Vitamin D receptor (VDR) is expressed in uterine leiomyoma tissue, where its activation by 1,25-dihydroxyvitamin D3 (calcitriol) produces anti-proliferative and pro-apoptotic effects through multiple gene regulatory programs. VDR/RXR heterodimer binding to vitamin D response elements (VDREs) in fibroid SMC nuclei suppresses TGF-β3 expression — a key driver of fibroid extracellular matrix overproduction (type I collagen, fibronectin) — and upregulates PTEN, reducing PI3K/Akt pathway activity.
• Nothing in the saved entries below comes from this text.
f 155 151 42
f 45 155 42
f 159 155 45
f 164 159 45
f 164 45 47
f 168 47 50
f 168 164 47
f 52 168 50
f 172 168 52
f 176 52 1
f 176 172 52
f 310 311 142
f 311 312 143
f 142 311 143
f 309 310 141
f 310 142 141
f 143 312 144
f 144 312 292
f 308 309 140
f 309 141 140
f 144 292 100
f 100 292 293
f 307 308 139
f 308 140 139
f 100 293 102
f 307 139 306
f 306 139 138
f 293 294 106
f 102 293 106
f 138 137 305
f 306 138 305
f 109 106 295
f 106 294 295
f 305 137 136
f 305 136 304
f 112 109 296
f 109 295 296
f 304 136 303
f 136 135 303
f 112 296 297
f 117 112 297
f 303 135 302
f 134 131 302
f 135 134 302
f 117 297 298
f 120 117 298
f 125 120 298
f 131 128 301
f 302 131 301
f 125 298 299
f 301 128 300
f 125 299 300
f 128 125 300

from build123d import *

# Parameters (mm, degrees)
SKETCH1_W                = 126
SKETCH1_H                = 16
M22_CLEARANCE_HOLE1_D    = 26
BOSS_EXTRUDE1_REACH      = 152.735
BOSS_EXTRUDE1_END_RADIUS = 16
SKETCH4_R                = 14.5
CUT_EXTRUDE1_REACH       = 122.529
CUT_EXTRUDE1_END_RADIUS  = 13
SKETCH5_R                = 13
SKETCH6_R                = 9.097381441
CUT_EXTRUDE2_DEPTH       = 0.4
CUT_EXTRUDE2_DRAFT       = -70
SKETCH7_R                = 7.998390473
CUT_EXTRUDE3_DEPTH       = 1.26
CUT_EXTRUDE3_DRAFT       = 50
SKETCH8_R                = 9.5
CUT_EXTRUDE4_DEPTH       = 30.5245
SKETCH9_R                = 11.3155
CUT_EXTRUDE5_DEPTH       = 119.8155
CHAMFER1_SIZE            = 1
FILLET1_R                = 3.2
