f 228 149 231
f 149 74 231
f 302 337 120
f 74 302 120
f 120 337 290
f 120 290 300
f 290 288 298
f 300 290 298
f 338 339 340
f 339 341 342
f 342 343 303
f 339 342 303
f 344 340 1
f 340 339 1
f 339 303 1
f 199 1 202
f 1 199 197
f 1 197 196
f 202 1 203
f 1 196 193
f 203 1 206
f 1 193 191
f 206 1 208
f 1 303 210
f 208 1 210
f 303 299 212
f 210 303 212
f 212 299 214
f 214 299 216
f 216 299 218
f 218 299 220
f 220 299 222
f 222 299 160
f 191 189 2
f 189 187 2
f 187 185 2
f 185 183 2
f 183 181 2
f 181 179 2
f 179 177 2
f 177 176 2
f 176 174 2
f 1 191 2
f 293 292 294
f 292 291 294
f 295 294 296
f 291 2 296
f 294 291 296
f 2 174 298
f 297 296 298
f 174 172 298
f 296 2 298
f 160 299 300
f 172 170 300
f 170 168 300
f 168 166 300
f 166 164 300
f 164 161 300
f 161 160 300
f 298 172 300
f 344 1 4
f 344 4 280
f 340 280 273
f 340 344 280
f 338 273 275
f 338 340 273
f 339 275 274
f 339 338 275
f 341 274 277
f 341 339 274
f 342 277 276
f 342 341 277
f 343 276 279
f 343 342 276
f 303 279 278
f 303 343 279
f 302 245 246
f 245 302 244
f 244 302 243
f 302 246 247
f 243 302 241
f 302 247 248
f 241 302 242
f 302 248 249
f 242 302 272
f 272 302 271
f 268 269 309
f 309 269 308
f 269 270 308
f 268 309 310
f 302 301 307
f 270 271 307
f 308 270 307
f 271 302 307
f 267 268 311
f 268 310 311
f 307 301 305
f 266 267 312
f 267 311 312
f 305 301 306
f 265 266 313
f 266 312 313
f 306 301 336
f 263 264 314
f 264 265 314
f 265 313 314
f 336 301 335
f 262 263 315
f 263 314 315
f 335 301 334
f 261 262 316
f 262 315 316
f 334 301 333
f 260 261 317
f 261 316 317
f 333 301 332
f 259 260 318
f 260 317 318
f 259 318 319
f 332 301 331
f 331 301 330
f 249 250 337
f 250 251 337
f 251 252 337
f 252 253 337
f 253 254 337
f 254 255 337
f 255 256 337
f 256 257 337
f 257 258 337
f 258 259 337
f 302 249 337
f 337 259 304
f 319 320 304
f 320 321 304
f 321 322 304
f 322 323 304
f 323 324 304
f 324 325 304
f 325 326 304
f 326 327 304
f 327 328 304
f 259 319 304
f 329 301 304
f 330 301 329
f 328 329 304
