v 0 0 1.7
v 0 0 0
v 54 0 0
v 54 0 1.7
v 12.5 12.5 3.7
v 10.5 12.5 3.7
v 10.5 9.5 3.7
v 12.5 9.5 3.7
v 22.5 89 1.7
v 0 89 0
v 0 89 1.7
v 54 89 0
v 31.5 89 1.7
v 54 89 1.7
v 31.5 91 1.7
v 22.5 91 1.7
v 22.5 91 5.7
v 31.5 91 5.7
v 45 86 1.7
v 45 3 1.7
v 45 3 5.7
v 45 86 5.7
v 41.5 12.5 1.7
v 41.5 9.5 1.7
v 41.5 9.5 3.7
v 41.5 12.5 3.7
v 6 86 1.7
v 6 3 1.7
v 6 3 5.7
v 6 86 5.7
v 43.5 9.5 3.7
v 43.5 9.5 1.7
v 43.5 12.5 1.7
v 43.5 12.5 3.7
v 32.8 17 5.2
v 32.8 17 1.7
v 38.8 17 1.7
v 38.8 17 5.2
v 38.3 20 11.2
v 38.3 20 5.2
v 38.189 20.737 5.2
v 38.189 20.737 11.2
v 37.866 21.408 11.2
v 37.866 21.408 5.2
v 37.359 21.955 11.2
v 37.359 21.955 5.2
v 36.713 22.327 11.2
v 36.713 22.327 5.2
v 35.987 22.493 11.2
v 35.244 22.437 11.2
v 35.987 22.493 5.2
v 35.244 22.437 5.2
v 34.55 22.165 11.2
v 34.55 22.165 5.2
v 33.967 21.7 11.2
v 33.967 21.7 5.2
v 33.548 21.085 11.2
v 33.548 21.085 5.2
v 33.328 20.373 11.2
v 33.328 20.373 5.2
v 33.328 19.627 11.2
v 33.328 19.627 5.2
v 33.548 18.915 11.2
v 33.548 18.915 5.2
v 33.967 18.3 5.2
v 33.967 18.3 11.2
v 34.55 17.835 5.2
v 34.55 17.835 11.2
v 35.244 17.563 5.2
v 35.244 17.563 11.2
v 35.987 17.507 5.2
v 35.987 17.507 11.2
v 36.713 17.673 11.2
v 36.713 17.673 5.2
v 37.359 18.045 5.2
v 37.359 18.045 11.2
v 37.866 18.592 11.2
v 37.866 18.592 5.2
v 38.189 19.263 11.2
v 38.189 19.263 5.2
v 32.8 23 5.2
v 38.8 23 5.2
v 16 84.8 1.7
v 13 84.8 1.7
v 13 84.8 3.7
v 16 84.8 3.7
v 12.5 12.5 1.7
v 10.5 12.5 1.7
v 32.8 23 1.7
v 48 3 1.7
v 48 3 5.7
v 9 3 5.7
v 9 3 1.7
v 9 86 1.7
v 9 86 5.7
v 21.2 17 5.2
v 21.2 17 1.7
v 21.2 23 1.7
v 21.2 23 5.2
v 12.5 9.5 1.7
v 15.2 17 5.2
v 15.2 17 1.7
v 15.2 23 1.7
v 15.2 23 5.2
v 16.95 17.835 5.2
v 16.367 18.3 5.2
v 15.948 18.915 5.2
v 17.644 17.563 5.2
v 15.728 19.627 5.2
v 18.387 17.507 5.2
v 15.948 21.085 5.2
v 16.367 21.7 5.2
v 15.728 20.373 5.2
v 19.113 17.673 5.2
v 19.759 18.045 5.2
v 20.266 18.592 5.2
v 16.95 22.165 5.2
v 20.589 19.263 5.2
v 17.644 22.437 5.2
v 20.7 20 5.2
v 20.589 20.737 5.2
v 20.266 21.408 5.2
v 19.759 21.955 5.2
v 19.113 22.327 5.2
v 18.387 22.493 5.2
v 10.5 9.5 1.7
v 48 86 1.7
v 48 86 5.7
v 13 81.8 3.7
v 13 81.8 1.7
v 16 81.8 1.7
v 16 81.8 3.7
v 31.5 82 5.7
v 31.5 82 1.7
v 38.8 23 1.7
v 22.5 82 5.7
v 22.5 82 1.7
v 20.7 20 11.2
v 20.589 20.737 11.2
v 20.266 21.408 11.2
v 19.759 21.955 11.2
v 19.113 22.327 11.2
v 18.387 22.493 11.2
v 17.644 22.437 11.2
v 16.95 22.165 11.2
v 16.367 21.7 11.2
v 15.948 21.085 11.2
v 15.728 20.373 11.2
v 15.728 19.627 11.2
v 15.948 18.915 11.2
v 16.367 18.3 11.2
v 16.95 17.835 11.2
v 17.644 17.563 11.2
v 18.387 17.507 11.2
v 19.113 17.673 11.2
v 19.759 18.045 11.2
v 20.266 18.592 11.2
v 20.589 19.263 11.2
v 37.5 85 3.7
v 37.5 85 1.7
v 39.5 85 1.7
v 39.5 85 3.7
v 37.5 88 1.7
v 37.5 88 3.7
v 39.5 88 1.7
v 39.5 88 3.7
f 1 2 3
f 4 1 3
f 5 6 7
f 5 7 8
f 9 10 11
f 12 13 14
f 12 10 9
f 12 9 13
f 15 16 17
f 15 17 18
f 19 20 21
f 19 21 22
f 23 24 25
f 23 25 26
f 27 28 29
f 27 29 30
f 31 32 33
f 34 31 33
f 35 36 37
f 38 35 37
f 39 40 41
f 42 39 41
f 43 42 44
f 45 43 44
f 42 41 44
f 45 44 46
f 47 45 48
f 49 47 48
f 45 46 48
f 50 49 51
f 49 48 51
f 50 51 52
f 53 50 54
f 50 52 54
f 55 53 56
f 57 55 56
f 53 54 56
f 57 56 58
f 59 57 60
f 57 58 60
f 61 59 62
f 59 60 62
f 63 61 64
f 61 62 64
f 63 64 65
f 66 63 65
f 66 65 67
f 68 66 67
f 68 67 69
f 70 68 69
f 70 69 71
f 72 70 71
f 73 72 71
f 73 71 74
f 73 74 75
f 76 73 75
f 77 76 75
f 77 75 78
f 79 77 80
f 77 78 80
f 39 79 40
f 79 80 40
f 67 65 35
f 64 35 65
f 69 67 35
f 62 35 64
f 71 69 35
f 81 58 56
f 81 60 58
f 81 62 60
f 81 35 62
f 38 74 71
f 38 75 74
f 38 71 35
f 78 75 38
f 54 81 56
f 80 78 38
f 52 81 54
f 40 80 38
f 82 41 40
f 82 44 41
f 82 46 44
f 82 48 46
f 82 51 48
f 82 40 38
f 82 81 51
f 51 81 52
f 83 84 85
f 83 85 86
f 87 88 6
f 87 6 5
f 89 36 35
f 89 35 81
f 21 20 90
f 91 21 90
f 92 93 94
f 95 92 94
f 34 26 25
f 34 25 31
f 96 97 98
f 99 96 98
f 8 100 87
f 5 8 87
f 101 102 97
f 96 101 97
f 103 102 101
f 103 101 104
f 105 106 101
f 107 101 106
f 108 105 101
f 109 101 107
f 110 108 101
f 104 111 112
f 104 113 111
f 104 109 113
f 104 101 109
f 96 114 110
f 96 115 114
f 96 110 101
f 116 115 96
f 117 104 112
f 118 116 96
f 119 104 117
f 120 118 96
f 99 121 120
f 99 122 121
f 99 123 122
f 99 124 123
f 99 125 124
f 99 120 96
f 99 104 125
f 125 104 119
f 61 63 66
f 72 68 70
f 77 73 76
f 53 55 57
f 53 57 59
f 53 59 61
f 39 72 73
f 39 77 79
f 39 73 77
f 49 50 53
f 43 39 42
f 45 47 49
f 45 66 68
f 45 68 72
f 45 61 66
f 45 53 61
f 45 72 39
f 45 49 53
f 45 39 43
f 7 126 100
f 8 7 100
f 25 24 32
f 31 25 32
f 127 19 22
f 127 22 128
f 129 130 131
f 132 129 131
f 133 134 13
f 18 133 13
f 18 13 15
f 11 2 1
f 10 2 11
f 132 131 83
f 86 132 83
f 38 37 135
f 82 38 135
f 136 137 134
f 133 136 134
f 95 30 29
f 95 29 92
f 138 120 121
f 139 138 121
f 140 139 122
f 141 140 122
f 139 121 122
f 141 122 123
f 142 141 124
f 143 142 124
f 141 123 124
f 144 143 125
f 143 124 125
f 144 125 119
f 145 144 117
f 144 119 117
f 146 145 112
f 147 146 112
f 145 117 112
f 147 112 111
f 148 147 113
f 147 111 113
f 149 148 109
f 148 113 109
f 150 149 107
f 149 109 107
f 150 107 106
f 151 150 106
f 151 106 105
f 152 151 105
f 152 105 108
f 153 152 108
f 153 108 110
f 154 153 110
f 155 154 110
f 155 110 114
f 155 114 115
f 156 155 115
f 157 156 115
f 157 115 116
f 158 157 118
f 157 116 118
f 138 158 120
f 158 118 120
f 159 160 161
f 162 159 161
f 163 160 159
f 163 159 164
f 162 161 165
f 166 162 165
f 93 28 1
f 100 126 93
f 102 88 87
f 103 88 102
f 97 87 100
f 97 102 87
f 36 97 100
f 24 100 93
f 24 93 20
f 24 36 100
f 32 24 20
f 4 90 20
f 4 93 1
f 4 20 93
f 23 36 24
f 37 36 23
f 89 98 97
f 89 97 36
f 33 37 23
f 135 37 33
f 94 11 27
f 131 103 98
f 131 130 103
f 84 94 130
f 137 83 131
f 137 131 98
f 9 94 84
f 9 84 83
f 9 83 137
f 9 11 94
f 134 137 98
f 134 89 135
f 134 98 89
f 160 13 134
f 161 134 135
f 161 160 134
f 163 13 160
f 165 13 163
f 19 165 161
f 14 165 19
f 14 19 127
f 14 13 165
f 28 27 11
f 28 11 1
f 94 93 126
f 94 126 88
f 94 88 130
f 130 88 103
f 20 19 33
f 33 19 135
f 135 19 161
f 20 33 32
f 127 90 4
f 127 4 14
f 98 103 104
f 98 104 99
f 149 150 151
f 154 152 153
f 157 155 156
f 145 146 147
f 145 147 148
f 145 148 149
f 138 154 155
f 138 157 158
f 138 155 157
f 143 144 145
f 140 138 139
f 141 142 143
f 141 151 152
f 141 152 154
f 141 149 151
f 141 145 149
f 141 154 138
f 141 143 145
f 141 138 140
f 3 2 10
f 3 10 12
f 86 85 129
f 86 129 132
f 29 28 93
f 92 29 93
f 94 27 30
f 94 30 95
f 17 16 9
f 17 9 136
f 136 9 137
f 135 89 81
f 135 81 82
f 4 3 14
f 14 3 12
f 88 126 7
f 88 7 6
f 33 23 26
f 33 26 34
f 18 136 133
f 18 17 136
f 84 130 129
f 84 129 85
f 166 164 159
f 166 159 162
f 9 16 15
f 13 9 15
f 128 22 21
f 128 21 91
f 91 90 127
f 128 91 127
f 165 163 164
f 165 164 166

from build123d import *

# Parameters (mm, degrees)
F0_W      = 54
F0_H      = 89
F1_DEPTH  = 1.7
F2_W      = 3
F2_H      = 83
F3_DEPTH  = 4
F4_W      = 6
F4_H      = 6
F5_DEPTH  = 3.5
F7_R      = 2.5
F6_R      = 2.5
F8_DEPTH  = 6
F9_W      = 2
F9_H      = 3
F10_DEPTH = 2
F11_W     = 9
F11_H     = 7
F11_H_2   = 2
F12_DEPTH = 4
F13_W     = 3
F13_H     = 3
F13_W_2   = 2
F14_DEPTH = 2


with BuildPart() as f1:
    # F0 (on Top) → F1 (new body)
    with BuildSketch(Plane.XY):
        with Locations((27, 44.5)):
            Rectangle(F0_W, F0_H)
    extrude(amount=F1_DEPTH)

    # F2 (on face) → F3 (join)
    with BuildSketch(Plane.XY.offset(1.7)):
        with Locations((7.5, 44.5)):
            Rectangle(F2_W, F2_H)
        with Locations((46.5, 44.5)):
            Rectangle(F2_W, F2_H)
    extrude(amount=F3_DEPTH)

    # F4 (on face) → F5 (join)
    with BuildSketch(Plane.XY.offset(1.7)):
        with Locations((18.2, 20)):
            Rectangle(F4_W, F4_H)
        with Locations((35.8, 20)):
            Rectangle(F4_W, F4_H)
    extrude(amount=F5_DEPTH)

    # F7 (on face) + F6 (on face) → F8 (join)
    with BuildSketch(Plane.XY.offset(5.2)):
        with Locations((35.8, 20)):
            Circle(F7_R)
    with BuildSketch(Plane.XY.offset(5.2)):
        with Locations((18.2, 20)):
            Circle(F6_R)
    extrude(amount=F8_DEPTH)

    # F9 (on face) → F10 (join)
    with BuildSketch(Plane.XY.offset(1.7)):
        with Locations((42.5, 11)):
            Rectangle(F9_W, F9_H)
        with Locations((11.5, 11)):
            Rectangle(F9_W, F9_H)
    extrude(amount=F10_DEPTH)

    # F11 (on face) → F12 (join)
    with BuildSketch(Plane.XY.offset(1.7)):
        with Locations((27, 85.5)):
            Rectangle(F11_W, F11_H)
        with Locations((27, 90)):
            Rectangle(F11_W, F11_H_2)
    extrude(amount=F12_DEPTH)

    # F13 (on face) → F14 (join)
    with BuildSketch(Plane.XY.offset(1.7)):
        with Locations((14.5, 83.3)):
            Rectangle(F13_W, F13_H)
        with Locations((38.5, 86.5)):
            Rectangle(F13_W_2, F13_H)
    extrude(amount=F14_DEPTH)


solid = f1.part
VDR activation also suppresses catechol-O-methyltransferase (COMT) expression in fibroids, impairing local estrogen inactivation and potentially blunting estrogen-driven growth signals through a distinct mechanism.

The epidemiological intersection of fibroid burden and vitamin D deficiency is compelling: Black women in the United States have a 25-hydroxyvitamin D [25(OH)D] prevalence of deficiency (<20 ng/mL) of approximately 76% compared to 31% in white women, driven by melanin's photoprotective reduction of cutaneous vitamin D synthesis. This racial differential in vitamin D status maps precisely onto the demographic disparity in fibroid incidence, earlier onset, and lesion severity — an association that has reached statistical significance across multiple large cohort studies (ORs of 0.5–0.7 for fibroid risk per 10 ng/mL increase in 25(OH)D). Optimal supplementation targets ≥40 ng/mL 25(OH)D, typically requiring 2,000–4,000 IU/day in women with baseline deficiency.

[Image: Fibroid supplement mechanism integration diagram: EGCG (VEGFR2 → angiogenesis) + Vitamin D (VDR → TGF-β3/PTEN) + Quercetin (Wnt/β-catenin + mTOR) with non-overlapping pathway arrows and monitoring parameter timeline]

The mechanistically rational supplement protocol for uterine fibroids combines EGCG (400–800mg/day from ≥45% standardized extract), vitamin D3 targeting 40–60 ng/mL serum 25(OH)D, and quercetin (500–1,000mg/day) — addressing VEGFR2-mediated angiogenesis, VDR anti-proliferative signaling, and Wnt/β-catenin/mTOR SMC proliferation respectively. These mechanisms are non-overlapping and potentially synergistic at the lesion level: angiogenesis inhibition (EGCG) reduces lesion perfusion while VDR and quercetin reduce SMC proliferation.

Clinical monitoring in the context of this protocol requires baseline and 4–6 month ultrasound assessment (fibroid volume measurement by 3D volumetry provides the most sensitive change detection), serum 25(OH)D measurement every 3 months during repletion, and hemoglobin/ferritin given menorrhagia burden. The Wahab et al. EGCG RCT used ultrasound at 0 and 4 months as the primary outcome measure, establishing a monitoring cadence precedent. For EGCG specifically, liver function monitoring (ALT, AST) at baseline and 3 months is appropriate at doses ≥800mg/day, as isolated hepatotoxicity cases have been reported with high-dose green tea extract — though at lower rates than with green tea extract containing epigallocatechin (EGC) rather than purified EGCG. Dose reduction to 400mg/day is appropriate if ALT exceeds 2× upper limit of normal.